**TASK TO COMPLETE:** Repeat exactly, and only, the lines from the one containing "#316=PLANE('',#315);" through the end of the records.

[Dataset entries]
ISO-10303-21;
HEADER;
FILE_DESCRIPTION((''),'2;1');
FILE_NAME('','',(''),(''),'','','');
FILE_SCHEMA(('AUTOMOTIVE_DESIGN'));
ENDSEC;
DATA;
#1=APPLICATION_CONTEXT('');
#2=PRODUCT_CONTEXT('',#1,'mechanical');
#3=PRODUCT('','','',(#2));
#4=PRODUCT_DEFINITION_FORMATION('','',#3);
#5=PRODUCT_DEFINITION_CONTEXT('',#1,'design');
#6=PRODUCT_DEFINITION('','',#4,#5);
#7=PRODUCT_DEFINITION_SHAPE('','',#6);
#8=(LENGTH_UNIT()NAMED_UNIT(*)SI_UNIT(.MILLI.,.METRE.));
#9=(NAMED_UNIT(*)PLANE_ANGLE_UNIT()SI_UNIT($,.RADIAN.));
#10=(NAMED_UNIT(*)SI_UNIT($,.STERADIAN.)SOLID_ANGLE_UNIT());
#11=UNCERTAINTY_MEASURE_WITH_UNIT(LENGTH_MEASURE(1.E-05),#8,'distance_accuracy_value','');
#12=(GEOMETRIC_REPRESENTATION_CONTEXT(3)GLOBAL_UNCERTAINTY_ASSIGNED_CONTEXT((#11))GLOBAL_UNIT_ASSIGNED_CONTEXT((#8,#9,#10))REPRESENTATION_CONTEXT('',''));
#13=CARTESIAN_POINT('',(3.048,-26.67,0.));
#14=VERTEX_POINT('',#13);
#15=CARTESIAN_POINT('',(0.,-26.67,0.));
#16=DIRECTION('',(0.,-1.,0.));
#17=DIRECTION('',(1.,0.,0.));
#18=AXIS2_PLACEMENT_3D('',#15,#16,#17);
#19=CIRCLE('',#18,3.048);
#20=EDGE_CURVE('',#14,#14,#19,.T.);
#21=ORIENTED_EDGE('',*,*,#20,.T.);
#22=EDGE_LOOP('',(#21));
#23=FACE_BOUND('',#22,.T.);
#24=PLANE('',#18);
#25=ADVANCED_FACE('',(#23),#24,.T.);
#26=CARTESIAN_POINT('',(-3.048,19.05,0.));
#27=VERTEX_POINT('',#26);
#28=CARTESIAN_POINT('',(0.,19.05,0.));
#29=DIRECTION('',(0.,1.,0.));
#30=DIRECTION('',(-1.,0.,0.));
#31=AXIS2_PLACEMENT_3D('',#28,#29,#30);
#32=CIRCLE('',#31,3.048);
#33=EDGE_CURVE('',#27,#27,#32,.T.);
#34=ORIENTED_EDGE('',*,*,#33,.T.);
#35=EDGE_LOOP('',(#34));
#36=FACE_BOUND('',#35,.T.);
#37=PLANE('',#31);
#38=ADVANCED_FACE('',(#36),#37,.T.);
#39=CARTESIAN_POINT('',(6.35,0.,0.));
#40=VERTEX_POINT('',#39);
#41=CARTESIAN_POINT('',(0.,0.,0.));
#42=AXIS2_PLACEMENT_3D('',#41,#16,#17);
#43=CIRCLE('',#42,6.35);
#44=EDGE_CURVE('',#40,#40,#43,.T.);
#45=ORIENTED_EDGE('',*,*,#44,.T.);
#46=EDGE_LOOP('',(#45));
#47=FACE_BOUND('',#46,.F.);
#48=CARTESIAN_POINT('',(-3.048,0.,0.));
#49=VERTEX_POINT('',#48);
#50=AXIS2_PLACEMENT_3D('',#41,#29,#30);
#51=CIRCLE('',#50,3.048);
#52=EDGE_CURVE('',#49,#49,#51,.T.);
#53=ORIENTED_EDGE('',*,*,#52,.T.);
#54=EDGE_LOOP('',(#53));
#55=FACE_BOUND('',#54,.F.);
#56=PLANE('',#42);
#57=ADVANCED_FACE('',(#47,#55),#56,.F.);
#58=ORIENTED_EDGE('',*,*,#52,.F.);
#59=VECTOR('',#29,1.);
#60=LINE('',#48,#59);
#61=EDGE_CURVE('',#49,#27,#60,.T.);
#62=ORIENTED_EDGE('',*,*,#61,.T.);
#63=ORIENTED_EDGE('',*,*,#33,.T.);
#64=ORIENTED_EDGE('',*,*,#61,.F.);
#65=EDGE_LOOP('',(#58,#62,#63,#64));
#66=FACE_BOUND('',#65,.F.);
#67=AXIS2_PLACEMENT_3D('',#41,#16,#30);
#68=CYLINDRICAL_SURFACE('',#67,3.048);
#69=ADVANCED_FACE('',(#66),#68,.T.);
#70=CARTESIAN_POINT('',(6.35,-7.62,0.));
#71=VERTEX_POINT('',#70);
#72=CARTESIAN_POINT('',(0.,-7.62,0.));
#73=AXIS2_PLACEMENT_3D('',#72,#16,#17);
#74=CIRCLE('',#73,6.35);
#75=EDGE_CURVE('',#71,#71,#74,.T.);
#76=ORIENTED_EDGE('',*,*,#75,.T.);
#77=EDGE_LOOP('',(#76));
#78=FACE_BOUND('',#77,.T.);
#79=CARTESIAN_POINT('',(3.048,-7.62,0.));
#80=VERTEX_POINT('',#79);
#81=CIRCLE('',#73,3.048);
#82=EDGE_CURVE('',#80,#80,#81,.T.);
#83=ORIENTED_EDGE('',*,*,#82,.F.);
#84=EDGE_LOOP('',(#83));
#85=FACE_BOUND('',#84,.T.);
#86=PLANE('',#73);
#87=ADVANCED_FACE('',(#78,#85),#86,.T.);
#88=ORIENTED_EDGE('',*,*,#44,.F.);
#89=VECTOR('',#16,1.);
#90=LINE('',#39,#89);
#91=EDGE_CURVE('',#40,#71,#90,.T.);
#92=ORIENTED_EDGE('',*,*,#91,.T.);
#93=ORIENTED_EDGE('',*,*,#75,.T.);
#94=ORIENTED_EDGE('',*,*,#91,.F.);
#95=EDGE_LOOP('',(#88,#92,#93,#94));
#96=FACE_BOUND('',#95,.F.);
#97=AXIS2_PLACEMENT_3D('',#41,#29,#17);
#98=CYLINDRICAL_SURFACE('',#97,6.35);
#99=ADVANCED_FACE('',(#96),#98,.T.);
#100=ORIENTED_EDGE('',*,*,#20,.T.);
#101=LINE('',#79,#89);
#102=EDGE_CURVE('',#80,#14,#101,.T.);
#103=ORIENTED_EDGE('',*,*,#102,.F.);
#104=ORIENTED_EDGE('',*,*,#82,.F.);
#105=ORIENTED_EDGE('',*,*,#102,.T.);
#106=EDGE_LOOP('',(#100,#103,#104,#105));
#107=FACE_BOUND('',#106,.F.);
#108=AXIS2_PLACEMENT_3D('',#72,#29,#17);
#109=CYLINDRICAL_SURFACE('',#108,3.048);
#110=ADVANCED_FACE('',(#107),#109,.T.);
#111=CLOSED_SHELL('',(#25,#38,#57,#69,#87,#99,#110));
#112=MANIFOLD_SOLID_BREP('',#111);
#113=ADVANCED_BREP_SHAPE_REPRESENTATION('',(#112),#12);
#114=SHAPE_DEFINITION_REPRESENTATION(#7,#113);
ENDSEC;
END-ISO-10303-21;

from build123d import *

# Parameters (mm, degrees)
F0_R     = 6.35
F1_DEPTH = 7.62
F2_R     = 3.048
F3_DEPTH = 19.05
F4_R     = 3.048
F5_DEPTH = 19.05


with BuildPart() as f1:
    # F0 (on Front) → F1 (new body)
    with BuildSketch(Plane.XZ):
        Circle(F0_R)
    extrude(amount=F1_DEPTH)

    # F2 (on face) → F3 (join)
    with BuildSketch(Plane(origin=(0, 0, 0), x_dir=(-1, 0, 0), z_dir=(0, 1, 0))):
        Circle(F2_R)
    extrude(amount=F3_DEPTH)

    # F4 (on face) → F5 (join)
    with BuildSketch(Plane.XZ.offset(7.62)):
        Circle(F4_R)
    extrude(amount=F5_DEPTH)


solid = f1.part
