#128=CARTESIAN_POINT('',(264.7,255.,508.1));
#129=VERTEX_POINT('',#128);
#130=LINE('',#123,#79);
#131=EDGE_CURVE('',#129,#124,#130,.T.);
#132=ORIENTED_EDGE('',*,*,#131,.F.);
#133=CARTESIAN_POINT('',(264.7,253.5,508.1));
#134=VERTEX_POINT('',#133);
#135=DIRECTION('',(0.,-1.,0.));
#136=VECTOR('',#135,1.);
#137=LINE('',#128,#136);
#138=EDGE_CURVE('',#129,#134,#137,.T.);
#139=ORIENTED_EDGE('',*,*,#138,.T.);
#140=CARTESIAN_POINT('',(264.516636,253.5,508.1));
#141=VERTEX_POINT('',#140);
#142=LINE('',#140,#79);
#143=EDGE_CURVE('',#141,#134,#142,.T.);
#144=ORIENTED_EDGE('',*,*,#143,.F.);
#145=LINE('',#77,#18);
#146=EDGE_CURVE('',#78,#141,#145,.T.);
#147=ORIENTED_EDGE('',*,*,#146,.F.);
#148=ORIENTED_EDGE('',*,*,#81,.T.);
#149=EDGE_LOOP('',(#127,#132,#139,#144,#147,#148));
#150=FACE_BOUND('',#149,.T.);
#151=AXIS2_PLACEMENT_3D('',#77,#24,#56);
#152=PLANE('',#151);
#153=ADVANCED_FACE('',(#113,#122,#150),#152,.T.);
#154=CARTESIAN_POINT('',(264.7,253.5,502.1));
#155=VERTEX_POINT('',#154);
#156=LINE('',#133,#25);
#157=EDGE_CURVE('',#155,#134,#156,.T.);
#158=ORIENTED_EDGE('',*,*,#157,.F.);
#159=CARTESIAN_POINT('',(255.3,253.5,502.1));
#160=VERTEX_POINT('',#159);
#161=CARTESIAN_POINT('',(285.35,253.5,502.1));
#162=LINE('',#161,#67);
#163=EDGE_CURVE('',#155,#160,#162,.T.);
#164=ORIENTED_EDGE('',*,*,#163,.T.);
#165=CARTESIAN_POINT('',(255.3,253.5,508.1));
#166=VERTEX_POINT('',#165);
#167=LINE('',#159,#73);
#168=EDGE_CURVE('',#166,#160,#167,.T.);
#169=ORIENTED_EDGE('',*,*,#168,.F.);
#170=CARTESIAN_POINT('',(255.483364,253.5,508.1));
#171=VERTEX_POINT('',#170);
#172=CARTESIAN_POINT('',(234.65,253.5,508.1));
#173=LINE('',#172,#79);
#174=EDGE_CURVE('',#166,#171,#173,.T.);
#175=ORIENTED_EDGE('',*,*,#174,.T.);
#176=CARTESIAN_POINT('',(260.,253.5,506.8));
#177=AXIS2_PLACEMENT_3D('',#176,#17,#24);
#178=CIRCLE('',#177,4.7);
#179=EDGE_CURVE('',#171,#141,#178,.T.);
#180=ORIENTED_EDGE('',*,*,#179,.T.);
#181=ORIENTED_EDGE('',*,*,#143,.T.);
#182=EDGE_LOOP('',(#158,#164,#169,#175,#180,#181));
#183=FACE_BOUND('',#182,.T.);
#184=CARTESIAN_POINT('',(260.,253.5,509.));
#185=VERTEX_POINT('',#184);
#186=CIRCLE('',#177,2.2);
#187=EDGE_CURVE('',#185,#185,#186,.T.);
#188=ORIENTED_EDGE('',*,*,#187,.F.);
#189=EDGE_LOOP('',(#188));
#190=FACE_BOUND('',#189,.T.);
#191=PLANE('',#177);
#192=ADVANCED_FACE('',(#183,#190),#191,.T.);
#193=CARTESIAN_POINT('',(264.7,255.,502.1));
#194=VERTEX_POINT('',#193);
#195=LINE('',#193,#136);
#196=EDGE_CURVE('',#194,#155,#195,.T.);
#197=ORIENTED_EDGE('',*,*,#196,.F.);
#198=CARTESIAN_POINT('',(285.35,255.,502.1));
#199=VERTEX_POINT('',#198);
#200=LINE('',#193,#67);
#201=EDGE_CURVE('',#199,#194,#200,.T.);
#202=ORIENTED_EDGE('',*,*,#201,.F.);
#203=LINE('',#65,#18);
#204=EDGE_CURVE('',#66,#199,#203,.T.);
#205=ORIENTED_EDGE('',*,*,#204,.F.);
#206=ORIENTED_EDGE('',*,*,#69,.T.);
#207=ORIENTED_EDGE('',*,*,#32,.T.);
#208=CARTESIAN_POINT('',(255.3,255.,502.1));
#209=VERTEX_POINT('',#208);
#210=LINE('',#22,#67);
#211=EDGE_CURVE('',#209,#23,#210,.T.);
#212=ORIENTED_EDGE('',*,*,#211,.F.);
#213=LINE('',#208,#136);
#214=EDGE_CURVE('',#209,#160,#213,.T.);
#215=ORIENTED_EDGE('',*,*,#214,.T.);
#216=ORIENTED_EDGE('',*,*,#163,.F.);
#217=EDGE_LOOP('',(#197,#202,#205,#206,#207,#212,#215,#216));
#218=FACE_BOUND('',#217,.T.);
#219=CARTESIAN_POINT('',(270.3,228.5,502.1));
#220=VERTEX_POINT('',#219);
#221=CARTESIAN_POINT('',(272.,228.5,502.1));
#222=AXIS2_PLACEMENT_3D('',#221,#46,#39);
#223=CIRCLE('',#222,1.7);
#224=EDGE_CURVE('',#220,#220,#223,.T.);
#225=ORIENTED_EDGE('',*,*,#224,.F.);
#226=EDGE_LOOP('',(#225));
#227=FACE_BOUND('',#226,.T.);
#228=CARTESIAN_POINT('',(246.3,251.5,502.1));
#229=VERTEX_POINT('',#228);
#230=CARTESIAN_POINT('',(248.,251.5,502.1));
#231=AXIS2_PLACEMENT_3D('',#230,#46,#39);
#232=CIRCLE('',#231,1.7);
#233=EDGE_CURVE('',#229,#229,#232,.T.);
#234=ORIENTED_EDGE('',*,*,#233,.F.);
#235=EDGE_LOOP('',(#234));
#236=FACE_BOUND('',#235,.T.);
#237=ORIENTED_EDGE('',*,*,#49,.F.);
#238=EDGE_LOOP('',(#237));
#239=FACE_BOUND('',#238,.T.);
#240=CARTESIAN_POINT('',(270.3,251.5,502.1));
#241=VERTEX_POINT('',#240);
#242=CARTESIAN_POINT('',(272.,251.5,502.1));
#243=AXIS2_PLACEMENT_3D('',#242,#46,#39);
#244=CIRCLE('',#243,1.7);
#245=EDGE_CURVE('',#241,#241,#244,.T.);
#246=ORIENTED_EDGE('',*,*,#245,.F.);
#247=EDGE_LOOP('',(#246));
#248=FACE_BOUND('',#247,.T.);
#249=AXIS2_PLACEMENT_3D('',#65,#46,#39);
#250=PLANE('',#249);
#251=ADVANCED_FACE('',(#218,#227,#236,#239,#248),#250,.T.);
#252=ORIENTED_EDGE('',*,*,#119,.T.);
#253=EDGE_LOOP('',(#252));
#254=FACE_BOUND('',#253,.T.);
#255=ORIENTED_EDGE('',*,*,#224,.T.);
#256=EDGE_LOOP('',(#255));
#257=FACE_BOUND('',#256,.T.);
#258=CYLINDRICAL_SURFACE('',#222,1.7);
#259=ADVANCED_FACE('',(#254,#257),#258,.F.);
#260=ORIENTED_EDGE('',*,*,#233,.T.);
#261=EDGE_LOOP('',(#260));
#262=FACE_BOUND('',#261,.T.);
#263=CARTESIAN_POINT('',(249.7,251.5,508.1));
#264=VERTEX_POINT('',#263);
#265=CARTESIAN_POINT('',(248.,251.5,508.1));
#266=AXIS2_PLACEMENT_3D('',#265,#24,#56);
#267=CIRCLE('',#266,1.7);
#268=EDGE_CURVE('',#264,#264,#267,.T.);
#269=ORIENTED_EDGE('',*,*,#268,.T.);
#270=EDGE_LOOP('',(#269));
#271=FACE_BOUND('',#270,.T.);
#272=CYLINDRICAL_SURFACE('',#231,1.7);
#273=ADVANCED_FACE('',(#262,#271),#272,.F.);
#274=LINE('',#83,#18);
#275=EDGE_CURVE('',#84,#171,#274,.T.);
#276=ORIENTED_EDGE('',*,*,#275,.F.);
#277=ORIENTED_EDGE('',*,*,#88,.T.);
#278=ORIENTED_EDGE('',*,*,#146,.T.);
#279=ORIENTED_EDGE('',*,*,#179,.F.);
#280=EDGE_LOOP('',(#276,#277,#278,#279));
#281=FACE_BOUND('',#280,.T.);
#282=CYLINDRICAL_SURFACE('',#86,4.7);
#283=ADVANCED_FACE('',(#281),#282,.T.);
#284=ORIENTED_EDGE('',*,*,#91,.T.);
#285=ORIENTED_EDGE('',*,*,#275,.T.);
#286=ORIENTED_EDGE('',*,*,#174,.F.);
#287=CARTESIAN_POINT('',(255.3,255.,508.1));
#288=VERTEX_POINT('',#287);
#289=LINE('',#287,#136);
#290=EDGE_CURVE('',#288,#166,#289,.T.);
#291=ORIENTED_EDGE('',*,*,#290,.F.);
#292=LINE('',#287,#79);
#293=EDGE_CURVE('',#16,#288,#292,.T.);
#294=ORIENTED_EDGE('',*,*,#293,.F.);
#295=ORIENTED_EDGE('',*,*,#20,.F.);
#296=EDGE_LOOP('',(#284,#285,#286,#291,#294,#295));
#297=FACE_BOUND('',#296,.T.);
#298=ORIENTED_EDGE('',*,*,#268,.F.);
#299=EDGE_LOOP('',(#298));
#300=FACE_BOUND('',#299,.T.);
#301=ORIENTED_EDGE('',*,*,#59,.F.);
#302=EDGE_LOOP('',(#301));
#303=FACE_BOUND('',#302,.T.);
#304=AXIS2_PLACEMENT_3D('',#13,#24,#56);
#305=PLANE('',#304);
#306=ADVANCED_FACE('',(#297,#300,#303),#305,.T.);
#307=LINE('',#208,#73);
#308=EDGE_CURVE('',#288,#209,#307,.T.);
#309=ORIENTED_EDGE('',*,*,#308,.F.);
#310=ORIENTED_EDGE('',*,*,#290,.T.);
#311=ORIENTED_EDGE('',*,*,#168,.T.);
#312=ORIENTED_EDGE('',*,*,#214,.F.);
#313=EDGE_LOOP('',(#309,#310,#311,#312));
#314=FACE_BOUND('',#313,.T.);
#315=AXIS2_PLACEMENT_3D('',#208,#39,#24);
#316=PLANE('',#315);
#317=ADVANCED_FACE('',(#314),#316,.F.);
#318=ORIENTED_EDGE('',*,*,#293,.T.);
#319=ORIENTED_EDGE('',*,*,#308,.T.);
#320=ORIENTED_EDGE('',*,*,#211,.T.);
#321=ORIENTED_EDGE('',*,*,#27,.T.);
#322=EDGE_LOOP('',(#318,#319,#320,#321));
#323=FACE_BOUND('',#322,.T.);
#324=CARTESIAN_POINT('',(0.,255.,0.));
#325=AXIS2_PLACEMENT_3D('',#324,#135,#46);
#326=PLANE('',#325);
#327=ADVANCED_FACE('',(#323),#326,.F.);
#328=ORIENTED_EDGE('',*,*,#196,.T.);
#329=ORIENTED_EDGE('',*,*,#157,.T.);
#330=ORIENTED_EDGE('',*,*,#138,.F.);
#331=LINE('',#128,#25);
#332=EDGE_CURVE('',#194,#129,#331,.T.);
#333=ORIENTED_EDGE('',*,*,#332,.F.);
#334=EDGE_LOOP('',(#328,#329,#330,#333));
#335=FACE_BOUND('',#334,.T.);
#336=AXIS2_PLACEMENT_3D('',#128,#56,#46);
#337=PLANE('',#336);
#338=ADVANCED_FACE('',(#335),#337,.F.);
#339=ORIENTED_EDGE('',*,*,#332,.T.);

**SOLUTION TO THE EXERCISE:**
#316=PLANE('',#315);
#317=ADVANCED_FACE('',(#314),#316,.F.);
#318=ORIENTED_EDGE('',*,*,#293,.T.);
#319=ORIENTED_EDGE('',*,*,#308,.T.);
#320=ORIENTED_EDGE('',*,*,#211,.T.);
#321=ORIENTED_EDGE('',*,*,#27,.T.);
#322=EDGE_LOOP('',(#318,#319,#320,#321));
#323=FACE_BOUND('',#322,.T.);
#324=CARTESIAN_POINT('',(0.,255.,0.));
#325=AXIS2_PLACEMENT_3D('',#324,#135,#46);
#326=PLANE('',#325);
#327=ADVANCED_FACE('',(#323),#326,.F.);
#328=ORIENTED_EDGE('',*,*,#196,.T.);
#329=ORIENTED_EDGE('',*,*,#157,.T.);
#330=ORIENTED_EDGE('',*,*,#138,.F.);
#331=LINE('',#128,#25);
#332=EDGE_CURVE('',#194,#129,#331,.T.);
#333=ORIENTED_EDGE('',*,*,#332,.F.);
#334=EDGE_LOOP('',(#328,#329,#330,#333));
#335=FACE_BOUND('',#334,.T.);
#336=AXIS2_PLACEMENT_3D('',#128,#56,#46);
#337=PLANE('',#336);
#338=ADVANCED_FACE('',(#335),#337,.F.);
#339=ORIENTED_EDGE('',*,*,#332,.T.);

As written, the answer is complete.